I hate running here: too hot, too humid, too flat, and you’re under permanent assault from mosquitoes. But I do have a young dog that needs a lot of exercise. So we do a few miles most days. Nothing drastic, though. I don’t run marathons or anything like that.’
‘I suppose there’s an outside chance that it’s a stress fracture, which would be very unfortunate — difficult to get rid of. But I really don’t think so. It’s usually the twenty-somethings that come in here with stress fractures. And it does look like gout. So, what I’m going to do is give you a cortisone shot in the joint. That’ll kill it dead.
‘Will it hurt?’
He smiles: ‘It’ll hurt like hell.’
And it did. But it certainly did the trick. Cortisone is good shit.

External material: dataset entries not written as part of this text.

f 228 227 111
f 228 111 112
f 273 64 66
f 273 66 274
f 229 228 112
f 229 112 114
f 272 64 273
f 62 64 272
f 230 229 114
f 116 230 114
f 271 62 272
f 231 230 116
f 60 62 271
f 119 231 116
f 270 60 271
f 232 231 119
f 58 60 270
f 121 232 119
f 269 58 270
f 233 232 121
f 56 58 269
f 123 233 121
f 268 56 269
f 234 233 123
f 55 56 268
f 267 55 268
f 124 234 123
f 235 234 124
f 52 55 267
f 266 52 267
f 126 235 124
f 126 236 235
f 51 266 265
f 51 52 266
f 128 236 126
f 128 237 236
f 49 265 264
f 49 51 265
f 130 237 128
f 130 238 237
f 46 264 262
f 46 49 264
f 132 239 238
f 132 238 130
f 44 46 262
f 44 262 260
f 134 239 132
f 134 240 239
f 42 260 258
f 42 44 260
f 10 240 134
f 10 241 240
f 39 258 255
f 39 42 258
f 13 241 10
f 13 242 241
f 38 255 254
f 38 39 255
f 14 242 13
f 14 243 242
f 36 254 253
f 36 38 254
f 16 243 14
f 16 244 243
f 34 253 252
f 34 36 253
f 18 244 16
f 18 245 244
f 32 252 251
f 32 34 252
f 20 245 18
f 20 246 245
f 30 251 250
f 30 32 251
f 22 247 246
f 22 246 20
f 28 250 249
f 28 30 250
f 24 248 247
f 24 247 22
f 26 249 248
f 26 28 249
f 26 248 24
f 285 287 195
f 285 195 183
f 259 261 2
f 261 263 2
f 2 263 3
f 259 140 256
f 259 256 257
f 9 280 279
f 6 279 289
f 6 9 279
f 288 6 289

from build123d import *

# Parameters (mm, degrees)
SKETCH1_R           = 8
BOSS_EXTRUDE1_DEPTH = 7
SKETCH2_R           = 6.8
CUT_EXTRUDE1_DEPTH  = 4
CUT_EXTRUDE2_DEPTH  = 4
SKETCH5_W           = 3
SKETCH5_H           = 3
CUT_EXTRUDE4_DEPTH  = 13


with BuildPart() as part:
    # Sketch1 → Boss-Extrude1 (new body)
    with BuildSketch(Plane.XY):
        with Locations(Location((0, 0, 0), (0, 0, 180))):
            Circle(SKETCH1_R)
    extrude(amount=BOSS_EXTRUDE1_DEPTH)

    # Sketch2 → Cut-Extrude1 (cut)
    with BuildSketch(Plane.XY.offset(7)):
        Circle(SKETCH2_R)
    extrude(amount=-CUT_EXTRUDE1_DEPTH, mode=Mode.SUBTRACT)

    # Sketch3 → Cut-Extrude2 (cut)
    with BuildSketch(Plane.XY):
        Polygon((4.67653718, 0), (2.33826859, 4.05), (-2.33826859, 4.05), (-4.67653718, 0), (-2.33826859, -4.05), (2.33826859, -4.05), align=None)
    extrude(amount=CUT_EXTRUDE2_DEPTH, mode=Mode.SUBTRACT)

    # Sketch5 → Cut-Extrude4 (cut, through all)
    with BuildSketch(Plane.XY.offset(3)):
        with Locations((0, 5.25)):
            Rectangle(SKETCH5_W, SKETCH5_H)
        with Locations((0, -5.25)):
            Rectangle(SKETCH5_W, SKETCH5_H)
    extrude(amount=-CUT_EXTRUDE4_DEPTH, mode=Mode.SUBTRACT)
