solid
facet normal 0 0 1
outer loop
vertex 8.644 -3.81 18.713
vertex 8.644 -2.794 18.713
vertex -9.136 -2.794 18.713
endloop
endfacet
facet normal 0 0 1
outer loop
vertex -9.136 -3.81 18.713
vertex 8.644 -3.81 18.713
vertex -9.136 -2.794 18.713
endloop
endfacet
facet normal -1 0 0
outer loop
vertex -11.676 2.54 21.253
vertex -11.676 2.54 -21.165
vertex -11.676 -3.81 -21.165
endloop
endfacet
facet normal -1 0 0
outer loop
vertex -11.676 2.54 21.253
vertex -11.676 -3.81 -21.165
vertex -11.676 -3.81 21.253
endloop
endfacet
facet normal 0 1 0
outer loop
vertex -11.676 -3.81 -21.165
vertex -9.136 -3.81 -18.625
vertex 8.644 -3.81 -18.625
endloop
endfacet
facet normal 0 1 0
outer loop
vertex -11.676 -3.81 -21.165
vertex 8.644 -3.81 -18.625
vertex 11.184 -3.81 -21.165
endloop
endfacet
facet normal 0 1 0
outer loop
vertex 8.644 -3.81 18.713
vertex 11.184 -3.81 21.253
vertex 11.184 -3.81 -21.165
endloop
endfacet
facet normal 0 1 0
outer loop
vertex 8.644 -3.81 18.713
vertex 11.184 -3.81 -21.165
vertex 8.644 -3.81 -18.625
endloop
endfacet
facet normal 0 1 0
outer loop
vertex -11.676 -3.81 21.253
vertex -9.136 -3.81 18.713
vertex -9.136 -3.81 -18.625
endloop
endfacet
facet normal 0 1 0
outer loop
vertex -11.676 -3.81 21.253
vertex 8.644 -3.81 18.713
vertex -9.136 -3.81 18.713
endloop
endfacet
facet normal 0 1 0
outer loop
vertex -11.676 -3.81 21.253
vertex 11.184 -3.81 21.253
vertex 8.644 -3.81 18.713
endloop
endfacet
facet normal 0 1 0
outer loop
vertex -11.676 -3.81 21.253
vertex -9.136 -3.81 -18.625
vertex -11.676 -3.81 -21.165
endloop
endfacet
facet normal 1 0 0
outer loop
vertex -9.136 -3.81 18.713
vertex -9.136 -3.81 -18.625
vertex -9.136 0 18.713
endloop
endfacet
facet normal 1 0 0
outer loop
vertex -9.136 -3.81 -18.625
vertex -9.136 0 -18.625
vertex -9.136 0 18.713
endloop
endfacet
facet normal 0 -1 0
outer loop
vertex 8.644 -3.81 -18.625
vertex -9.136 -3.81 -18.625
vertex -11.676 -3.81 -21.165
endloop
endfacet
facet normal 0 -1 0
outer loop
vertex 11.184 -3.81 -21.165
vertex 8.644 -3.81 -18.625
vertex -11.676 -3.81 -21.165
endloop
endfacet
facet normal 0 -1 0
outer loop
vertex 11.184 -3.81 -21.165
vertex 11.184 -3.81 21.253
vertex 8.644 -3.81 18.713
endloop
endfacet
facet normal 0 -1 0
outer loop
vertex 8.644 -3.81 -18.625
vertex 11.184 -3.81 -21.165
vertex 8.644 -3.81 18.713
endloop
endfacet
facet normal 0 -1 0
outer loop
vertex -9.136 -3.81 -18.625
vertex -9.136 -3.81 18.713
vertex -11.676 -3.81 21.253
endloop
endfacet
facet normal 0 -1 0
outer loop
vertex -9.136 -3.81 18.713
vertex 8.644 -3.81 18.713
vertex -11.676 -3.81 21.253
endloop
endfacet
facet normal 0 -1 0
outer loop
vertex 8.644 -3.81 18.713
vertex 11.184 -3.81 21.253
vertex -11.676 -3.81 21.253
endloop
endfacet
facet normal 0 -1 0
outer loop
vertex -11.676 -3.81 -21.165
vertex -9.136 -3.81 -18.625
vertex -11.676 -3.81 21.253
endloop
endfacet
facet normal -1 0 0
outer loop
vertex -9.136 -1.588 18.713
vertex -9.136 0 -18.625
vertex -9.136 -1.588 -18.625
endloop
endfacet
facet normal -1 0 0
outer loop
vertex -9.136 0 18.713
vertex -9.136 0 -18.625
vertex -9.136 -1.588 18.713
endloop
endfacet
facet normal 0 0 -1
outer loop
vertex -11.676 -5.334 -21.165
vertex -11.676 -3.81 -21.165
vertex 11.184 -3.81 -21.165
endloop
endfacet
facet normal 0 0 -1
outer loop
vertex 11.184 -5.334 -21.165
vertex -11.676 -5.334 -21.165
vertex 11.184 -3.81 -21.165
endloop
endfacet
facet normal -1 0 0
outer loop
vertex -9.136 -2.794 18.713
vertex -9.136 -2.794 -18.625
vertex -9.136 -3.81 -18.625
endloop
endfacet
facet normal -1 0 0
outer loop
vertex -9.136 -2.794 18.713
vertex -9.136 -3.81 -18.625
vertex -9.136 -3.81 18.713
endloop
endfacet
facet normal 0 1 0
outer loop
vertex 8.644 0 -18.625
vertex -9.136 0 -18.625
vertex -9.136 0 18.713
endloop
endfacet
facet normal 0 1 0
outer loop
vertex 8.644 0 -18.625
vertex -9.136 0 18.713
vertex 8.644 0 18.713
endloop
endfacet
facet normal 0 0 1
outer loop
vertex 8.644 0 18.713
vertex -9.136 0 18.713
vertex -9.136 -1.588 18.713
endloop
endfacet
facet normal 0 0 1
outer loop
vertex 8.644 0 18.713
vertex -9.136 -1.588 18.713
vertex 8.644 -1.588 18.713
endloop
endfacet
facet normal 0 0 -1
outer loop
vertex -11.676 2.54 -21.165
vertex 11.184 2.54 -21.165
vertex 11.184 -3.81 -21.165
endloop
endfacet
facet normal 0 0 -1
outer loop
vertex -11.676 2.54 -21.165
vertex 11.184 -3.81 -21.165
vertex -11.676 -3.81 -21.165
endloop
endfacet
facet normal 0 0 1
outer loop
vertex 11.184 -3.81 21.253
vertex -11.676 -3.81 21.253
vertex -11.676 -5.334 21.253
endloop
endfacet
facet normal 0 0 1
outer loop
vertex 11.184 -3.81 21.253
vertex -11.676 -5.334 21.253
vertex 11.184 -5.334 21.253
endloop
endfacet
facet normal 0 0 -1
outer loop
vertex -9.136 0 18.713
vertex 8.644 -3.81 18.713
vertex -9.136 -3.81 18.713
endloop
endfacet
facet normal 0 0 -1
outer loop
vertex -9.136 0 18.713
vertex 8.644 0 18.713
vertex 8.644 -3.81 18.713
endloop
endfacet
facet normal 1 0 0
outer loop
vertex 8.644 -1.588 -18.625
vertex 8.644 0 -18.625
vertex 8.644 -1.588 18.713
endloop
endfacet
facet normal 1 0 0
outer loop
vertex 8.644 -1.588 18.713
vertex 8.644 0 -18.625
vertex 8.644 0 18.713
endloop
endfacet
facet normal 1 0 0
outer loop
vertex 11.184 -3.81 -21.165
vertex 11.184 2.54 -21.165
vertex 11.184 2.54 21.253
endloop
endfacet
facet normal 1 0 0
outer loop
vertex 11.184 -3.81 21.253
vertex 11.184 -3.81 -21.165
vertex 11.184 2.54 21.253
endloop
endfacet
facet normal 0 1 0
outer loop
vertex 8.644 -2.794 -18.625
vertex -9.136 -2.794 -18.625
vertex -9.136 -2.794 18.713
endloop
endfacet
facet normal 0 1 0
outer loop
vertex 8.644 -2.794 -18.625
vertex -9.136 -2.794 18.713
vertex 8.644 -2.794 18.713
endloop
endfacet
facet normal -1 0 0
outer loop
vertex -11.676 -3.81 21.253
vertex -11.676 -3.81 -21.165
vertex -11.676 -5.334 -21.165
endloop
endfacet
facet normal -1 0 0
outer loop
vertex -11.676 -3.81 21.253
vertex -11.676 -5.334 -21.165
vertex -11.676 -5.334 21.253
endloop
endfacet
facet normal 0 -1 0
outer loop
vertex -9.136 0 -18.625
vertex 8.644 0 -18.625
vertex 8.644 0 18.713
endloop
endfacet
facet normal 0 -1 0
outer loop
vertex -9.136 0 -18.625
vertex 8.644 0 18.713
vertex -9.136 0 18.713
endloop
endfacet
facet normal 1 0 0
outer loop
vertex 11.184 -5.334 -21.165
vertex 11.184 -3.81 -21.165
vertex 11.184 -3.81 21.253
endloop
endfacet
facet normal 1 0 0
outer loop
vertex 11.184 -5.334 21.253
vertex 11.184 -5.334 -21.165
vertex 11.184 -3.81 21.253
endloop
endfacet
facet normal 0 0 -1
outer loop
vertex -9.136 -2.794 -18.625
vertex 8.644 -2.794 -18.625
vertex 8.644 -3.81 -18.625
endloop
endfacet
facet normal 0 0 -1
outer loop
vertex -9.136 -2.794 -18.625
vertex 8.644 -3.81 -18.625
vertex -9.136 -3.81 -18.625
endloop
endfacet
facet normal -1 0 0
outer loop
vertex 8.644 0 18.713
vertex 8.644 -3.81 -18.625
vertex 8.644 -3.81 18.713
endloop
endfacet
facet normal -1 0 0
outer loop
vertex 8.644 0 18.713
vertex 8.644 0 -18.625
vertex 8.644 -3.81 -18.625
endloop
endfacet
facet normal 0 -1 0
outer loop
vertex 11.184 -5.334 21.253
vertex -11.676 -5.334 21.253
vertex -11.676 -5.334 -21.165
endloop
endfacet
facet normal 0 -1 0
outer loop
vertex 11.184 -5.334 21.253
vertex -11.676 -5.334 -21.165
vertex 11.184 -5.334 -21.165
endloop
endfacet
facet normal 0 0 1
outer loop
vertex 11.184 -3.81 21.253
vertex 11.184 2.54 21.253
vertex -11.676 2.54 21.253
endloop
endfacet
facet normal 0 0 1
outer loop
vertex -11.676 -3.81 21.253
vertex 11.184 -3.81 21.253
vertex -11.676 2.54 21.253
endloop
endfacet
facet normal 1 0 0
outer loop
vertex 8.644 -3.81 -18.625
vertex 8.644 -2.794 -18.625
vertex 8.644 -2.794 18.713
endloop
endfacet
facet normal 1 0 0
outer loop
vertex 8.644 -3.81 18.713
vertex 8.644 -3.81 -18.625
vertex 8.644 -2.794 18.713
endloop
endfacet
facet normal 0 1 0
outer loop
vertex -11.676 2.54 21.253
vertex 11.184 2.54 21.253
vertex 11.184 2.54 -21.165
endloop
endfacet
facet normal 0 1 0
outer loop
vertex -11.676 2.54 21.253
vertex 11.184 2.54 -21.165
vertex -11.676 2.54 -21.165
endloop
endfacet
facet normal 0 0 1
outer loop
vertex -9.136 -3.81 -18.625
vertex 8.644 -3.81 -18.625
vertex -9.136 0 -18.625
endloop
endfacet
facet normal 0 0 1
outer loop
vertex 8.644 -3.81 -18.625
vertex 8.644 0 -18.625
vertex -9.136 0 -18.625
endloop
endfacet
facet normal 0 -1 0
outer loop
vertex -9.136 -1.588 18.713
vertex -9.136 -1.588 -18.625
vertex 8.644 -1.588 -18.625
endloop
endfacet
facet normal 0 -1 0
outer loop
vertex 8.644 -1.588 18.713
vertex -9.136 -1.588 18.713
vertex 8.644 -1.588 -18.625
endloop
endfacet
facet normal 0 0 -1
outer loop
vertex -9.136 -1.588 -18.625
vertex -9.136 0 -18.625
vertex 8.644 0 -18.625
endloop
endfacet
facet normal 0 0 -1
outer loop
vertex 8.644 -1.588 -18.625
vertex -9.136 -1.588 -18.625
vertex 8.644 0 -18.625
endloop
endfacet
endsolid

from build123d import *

# Parameters (mm, degrees)
F0_W     = 17.78
F0_H     = 37.338
F1_DEPTH = 1.5875
F3_W     = 22.86
F3_H     = 42.418
F4_DEPTH = 6.35
F5_T     = -2.54
F7_W     = 22.86
F7_H     = 42.418
F8_DEPTH = 2.54


with BuildPart() as f1:
    # F0 (on Front) → F1 (new body)
    with BuildSketch(Plane.XZ):
        with Locations((-0.2455806217, 0.0442041901)):
            Rectangle(F0_W, F0_H)
    extrude(amount=F1_DEPTH)


with BuildPart() as f4:
    # F3 (on offset) → F4 (new body)
    with BuildSketch(Plane(origin=(0, 2.54, 0), x_dir=(-1, 0, 0), z_dir=(0, 1, 0))):
        with Locations((0.2455806217, 0.0442041901)):
            Rectangle(F3_W, F3_H)
    extrude(amount=-F4_DEPTH)

    # F5
    f5_openings = [f4.faces().sort_by_distance(p)[0] for p in [
        (-0.245581, -3.81, 0.044204),
    ]]
    offset(amount=F5_T, openings=f5_openings)


with BuildPart() as f8:
    # F7 (on offset) → F8 (new body)
    with BuildSketch(Plane.XZ.offset(2.794)):
        with Locations((-0.2455806217, 0.0442041901)):
            Rectangle(F7_W, F7_H)
    extrude(amount=F8_DEPTH)

    # F9: cut F4
    add(f4.part, mode=Mode.SUBTRACT)


solid = Compound([f1.part, f4.part, f8.part])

So gout, Wikipedia tells me, is the result of a build-up of uric acid crystals in the joints. Uric acid comes from urea, a by-product of protein breakdown. If your kidneys are not doing their job properly, then urea will not be eliminated from the blood quickly enough and will form into crystals of uric acid. These collect in the joints — the joint at the base of the big toe is typical — and will be treated as foreign bodies by the immune system. The resulting melee causes a gouty attack.
But that is not important. The truly revealing part of this little chapter in the book of my general demise is the background of assumptions it reveals. I’ve reached that point in life where gout is the best-case scenario; gout is what I should be hoping for. And so, in my primary care physician’s office, the monstrous nature of life was illuminated for me once again. As if I needed it. One day you are running twenty miles for fun. The next, you are keeping your fingers crossed for gout.